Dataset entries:
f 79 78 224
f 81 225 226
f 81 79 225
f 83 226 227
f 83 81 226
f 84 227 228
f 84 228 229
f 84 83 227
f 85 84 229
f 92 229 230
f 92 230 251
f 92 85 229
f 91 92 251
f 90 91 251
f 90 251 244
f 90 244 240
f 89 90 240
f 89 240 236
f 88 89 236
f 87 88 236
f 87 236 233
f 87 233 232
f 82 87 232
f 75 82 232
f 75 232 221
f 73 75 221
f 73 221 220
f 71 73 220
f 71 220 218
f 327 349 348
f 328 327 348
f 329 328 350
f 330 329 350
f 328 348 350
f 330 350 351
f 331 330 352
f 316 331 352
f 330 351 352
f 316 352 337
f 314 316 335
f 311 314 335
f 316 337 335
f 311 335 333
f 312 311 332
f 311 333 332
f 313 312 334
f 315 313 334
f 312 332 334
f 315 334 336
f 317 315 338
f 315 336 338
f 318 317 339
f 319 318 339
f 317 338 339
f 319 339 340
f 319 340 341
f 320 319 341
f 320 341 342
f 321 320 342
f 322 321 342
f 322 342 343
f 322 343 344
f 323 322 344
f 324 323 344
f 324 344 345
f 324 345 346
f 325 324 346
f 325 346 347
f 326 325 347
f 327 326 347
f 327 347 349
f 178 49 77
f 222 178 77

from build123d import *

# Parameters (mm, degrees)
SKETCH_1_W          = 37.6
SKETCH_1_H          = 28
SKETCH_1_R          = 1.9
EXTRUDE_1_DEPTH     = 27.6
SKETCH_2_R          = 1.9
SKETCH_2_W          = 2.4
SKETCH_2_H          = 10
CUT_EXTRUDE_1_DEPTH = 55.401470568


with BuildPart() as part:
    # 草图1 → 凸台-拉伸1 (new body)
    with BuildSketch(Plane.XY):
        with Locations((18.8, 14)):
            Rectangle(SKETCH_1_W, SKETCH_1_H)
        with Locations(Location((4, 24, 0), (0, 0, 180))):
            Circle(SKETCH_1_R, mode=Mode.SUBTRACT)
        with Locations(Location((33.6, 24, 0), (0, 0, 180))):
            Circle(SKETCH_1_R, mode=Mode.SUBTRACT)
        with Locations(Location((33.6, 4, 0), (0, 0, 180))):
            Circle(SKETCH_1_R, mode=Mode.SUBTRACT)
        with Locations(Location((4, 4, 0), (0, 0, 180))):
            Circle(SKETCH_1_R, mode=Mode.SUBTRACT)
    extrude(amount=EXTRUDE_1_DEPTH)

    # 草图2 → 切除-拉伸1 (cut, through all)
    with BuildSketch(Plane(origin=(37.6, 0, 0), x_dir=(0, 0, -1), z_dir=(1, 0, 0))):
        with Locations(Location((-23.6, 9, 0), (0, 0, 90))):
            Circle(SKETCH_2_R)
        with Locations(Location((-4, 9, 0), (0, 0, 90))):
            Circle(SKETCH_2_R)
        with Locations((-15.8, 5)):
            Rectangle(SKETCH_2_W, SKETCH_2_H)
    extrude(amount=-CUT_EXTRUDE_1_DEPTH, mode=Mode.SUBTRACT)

---

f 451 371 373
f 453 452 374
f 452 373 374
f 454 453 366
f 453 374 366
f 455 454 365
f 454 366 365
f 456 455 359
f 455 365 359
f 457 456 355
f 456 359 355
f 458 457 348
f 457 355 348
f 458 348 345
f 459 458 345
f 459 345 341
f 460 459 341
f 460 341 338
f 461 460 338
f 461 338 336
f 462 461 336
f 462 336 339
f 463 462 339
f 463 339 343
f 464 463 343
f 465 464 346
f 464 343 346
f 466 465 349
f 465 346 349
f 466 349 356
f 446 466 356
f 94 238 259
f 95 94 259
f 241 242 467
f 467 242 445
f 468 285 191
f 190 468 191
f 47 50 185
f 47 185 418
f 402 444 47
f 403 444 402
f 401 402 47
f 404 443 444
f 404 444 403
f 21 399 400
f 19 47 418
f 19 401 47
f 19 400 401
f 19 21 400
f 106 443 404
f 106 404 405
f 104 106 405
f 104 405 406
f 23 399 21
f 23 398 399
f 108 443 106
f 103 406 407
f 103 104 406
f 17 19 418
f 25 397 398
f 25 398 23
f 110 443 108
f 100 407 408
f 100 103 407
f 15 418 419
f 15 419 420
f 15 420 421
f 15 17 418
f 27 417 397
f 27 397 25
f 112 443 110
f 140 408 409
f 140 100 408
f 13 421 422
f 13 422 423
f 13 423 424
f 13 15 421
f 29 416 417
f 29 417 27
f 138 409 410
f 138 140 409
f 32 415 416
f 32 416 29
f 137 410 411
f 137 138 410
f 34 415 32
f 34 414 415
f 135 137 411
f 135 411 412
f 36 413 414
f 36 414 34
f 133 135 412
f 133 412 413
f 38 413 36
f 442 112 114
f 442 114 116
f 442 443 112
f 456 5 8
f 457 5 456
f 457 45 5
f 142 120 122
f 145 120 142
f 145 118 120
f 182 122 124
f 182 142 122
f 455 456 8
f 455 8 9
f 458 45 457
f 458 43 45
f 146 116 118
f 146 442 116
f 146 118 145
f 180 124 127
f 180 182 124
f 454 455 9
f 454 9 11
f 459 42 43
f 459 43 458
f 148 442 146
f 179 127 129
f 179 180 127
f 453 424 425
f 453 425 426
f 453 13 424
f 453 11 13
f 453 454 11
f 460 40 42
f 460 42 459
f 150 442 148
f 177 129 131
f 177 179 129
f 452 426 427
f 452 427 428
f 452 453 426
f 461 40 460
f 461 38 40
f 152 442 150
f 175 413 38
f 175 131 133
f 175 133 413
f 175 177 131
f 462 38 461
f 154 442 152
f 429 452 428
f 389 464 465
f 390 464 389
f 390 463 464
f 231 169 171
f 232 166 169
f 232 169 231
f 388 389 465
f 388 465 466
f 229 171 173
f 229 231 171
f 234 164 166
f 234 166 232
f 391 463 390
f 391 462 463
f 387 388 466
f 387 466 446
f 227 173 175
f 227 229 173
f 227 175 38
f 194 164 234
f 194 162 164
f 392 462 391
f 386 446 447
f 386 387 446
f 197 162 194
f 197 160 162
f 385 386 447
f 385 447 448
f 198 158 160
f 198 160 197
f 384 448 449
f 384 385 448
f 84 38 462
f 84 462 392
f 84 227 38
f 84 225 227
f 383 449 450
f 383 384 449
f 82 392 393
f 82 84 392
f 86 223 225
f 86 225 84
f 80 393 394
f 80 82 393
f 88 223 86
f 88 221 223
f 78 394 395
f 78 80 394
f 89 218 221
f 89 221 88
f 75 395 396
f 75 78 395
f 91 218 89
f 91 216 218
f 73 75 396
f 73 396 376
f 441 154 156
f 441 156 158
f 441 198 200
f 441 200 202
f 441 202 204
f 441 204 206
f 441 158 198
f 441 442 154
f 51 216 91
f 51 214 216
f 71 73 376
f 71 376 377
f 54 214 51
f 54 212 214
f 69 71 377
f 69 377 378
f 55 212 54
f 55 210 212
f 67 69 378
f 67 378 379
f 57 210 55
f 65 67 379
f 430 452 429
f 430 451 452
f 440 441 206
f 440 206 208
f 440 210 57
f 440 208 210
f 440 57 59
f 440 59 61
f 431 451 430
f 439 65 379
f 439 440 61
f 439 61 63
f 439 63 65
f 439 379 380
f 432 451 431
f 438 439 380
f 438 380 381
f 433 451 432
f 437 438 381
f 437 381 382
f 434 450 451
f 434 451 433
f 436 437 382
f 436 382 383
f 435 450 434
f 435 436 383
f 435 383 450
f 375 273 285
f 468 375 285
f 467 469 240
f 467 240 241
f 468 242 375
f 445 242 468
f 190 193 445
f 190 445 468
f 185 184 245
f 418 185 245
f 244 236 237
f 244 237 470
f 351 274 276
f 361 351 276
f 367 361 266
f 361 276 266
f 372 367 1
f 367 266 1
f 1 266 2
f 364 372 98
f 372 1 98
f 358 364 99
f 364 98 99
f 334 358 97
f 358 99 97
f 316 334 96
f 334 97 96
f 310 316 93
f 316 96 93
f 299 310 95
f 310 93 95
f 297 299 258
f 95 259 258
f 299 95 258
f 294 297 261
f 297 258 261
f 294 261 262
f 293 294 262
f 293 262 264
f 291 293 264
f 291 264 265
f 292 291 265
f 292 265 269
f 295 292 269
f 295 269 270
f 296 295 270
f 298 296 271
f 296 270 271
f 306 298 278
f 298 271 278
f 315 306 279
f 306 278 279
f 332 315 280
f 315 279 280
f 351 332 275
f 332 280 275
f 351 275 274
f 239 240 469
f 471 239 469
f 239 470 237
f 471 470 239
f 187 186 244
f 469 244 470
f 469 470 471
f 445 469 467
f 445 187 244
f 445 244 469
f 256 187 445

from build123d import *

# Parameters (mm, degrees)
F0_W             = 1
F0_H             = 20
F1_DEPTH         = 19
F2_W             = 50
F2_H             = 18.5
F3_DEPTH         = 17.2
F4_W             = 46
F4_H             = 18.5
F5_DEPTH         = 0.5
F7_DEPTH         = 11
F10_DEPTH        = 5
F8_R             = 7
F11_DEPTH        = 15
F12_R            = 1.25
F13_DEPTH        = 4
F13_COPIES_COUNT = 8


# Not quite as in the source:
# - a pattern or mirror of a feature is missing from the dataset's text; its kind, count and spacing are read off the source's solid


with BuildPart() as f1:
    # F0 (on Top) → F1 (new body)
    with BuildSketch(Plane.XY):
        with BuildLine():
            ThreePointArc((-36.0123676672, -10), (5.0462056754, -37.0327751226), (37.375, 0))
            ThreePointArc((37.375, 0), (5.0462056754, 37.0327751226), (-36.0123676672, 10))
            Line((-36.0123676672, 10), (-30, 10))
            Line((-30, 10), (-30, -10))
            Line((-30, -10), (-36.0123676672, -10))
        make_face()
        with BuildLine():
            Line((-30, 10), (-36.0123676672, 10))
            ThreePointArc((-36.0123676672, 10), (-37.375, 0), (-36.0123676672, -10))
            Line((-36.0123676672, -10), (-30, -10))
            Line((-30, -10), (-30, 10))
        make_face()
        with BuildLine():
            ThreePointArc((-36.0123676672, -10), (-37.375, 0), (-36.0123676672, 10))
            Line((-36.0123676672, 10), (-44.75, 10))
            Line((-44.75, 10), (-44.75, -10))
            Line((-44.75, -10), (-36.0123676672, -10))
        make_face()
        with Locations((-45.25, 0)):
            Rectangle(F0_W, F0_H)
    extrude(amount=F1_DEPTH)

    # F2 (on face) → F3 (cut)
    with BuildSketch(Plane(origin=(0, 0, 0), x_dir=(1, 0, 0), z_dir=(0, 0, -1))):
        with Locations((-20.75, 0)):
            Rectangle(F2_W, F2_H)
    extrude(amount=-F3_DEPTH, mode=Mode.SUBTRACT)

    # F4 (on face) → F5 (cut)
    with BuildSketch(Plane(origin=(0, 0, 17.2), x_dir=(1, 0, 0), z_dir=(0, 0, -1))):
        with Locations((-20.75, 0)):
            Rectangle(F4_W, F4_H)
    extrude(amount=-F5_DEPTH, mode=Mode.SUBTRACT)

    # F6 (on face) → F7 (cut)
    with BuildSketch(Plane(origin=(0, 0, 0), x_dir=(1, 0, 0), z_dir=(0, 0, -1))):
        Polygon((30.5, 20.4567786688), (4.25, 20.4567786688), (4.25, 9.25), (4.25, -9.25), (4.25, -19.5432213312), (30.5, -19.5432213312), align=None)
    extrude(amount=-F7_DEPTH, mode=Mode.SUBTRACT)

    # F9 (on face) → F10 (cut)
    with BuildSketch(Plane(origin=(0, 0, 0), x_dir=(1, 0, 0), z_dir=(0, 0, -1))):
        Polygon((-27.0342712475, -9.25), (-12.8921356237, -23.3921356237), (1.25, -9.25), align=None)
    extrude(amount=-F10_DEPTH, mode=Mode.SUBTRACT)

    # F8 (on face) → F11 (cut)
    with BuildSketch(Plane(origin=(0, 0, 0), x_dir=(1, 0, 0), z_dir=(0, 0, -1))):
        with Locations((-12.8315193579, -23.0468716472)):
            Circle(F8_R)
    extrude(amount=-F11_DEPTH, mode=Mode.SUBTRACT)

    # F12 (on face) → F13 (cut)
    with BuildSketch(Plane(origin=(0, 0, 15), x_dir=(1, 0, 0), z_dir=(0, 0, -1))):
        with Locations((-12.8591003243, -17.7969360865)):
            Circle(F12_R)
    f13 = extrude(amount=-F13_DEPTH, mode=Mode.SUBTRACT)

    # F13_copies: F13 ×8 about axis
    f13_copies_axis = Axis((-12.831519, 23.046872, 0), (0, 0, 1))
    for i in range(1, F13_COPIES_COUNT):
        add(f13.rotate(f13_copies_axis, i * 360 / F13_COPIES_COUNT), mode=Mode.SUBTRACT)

What is needed:
Find the lines above that contain the word "Rectangle" and collect them.

Response area:
            Rectangle(SKETCH_1_W, SKETCH_1_H)
            Rectangle(SKETCH_2_W, SKETCH_2_H)
            Rectangle(F0_W, F0_H)
            Rectangle(F2_W, F2_H)
            Rectangle(F4_W, F4_H)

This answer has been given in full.